Adsorption Behaviors and Mechanisms of Methyl Orange on Heat-Treated Palygorskite Clays

Understanding completely the interaction of clay mineral and anionic dye is very important for the applications of clay minerals. In this paper, the adsorption behaviors of heat-treated palygorskite clays for methyl orange (MO) from an aqueous medium were studied using equilibrium batch and theoretic calculation techniques. The crystal structure and surface appearance of the heat-treated samples were studied using Fourier transform infrared (FTIR) and scanning electron microscopy (SEM). The adsorption results reveal that a higher calcining temperature helps in improving removal performance of palygorskite clay for methyl orange. The isothermal adsorption experiments show that there is almost no adsorption at low dye concentrations but a sudden linear increase occurs when the dye concentration exceeds to a certain value.
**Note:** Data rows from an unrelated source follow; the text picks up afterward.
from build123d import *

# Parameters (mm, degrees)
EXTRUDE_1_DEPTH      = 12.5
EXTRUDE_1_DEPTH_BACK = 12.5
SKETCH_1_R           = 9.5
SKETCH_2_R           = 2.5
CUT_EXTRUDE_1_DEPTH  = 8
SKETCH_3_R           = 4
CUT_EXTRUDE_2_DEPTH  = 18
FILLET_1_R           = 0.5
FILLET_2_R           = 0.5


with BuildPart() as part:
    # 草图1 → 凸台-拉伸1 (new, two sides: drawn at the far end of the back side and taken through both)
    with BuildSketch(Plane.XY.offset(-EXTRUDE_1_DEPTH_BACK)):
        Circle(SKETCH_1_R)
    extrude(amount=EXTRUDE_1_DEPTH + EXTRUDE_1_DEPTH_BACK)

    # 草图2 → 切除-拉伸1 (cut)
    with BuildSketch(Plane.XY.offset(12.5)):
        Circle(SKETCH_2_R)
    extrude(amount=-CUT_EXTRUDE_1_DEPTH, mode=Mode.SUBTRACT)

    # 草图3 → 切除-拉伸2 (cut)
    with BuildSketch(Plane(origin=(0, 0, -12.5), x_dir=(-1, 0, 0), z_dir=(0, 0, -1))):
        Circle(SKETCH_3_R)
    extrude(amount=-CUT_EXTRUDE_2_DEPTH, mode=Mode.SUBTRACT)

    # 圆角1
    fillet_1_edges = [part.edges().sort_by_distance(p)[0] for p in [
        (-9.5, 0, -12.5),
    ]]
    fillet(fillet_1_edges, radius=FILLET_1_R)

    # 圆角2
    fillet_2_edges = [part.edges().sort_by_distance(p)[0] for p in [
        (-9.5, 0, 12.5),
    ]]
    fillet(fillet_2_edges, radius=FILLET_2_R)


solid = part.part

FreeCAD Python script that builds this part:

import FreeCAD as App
import Part
import Sketcher
Q = App.Units.Quantity


def edges_at(feature, points):
    """Names of the edges that pass closest to the given points."""
    edges = feature.Shape.Edges
    near = lambda p: min(range(len(edges)), key=lambda i: edges[i].distToShape(Part.Vertex(*p))[0])
    return sorted({f"Edge{near(p) + 1}" for p in points})

doc = App.newDocument("Part")
params = doc.addObject("Spreadsheet::Sheet", "Params")
for row, (alias, value) in enumerate([
    ("sketch1_diameter", "19 mm"),
    ("pad1_length", "12.5 mm"),
    ("pad1_length2", "12.5 mm"),
    ("sketch2_diameter", "5 mm"),
    ("pocket1_length", "8 mm"),
    ("sketch3_diameter", "8 mm"),
    ("pocket2_length", "18 mm"),
    ("fillet_radius", "0.5 mm"),
    ("fillet2_radius", "0.5 mm"),
], start=1):
    params.set(f"A{row}", alias)
    params.set(f"B{row}", "=" + value)
    params.setAlias(f"B{row}", alias)

body = doc.addObject("PartDesign::Body", "Body")

sketch1 = doc.addObject("Sketcher::SketchObject", "Sketch")
body.addObject(sketch1)
sketch1.AttachmentSupport = (doc.XY_Plane, [""])
sketch1.MapMode = "FlatFace"
sketch1.addGeometry(Part.Circle(App.Vector(0, 0, 0), App.Vector(0, 0, 1), 10), False)
sketch1.addConstraint([
    Sketcher.Constraint("Coincident", 0, 3, -1, 1),
    Sketcher.Constraint("Diameter", 0, Q("19 mm")),
])
sketch1.setExpression("Constraints[1]", "Params.sketch1_diameter")
pad1 = doc.addObject("PartDesign::Pad", "Pad")
body.addObject(pad1)
pad1.Profile = sketch1
pad1.Type = "TwoLengths"
pad1.setExpression("Length", "Params.pad1_length")
pad1.setExpression("Length2", "Params.pad1_length2")

sketch2 = doc.addObject("Sketcher::SketchObject", "Sketch001")
body.addObject(sketch2)
sketch2.AttachmentSupport = (doc.XY_Plane, [""])
sketch2.MapMode = "FlatFace"
sketch2.AttachmentOffset = App.Placement(App.Vector(0, 0, 12.5), App.Rotation())
sketch2.addGeometry(Part.Circle(App.Vector(0, 0, 0), App.Vector(0, 0, 1), 2.5), False)
sketch2.addConstraint([
    Sketcher.Constraint("Coincident", 0, 3, -1, 1),
    Sketcher.Constraint("Diameter", 0, Q("5 mm")),
])
sketch2.setExpression("Constraints[1]", "Params.sketch2_diameter")
pocket1 = doc.addObject("PartDesign::Pocket", "Pocket")
body.addObject(pocket1)
pocket1.Profile = sketch2
pocket1.setExpression("Length", "Params.pocket1_length")

sketch3 = doc.addObject("Sketcher::SketchObject", "Sketch002")
body.addObject(sketch3)
sketch3.AttachmentSupport = (doc.XY_Plane, [""])
sketch3.MapMode = "FlatFace"
sketch3.AttachmentOffset = App.Placement(App.Vector(0, 0, -12.5), App.Rotation())
sketch3.addGeometry(Part.Circle(App.Vector(0, 0, 0), App.Vector(0, 0, 1), 4), False)
sketch3.addConstraint([
    Sketcher.Constraint("Coincident", 0, 3, -1, 1),
    Sketcher.Constraint("Diameter", 0, Q("8 mm")),
])
sketch3.setExpression("Constraints[1]", "Params.sketch3_diameter")
pocket2 = doc.addObject("PartDesign::Pocket", "Pocket001")
body.addObject(pocket2)
pocket2.Profile = sketch3
pocket2.setExpression("Length", "Params.pocket2_length")
pocket2.Reversed = True
doc.recompute()

fillet = doc.addObject("PartDesign::Fillet", "Fillet")
body.addObject(fillet)
fillet.Base = (pocket2, edges_at(pocket2, [(-9.5, 0, -12.5)]))
fillet.setExpression("Radius", "Params.fillet_radius")
doc.recompute()

fillet2 = doc.addObject("PartDesign::Fillet", "Fillet001")
body.addObject(fillet2)
fillet2.Base = (fillet, edges_at(fillet, [(-9.5, 0, 12.5)]))
fillet2.setExpression("Radius", "Params.fillet2_radius")

doc.recompute()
A lower change point is observed for 700 degrees C treated sample compared with that of the natural sample. The leaching of exchangeable Mg2+ ions located in palygorskite should be a key factor affecting the adsorption capacity. Both the experimental and theoretical studies suggest that the adsorption of MO onto heat-treated palygorskite clay is controlled by the two mechanisms: for samples treated at lower temperatures (<300 degrees C), the hydrogen bonding between oxygen groups of -SO3- (anionic head groups of MO) and H+ of both the bound zeolitic water and coordinated water should be important. While for samples calcined at higher temperature (>400 degrees C), electrostatic interaction between the dye-Mg2+ complexes and negatively charged surface of heat-treated palygorskite clay becomes dominant. In addition, the latter becomes stronger with the increasing the calcination temperature, which can be ascribed to the formation of a higher ratio of complexes and stronger negatively charged surface of the adsorbent caused by leaching of more metal ions. This work provides a deep insight into the interaction of heat-treated palygorskite clay and anionic dye, which paves the way for their practical applications in anionic dye adsorption.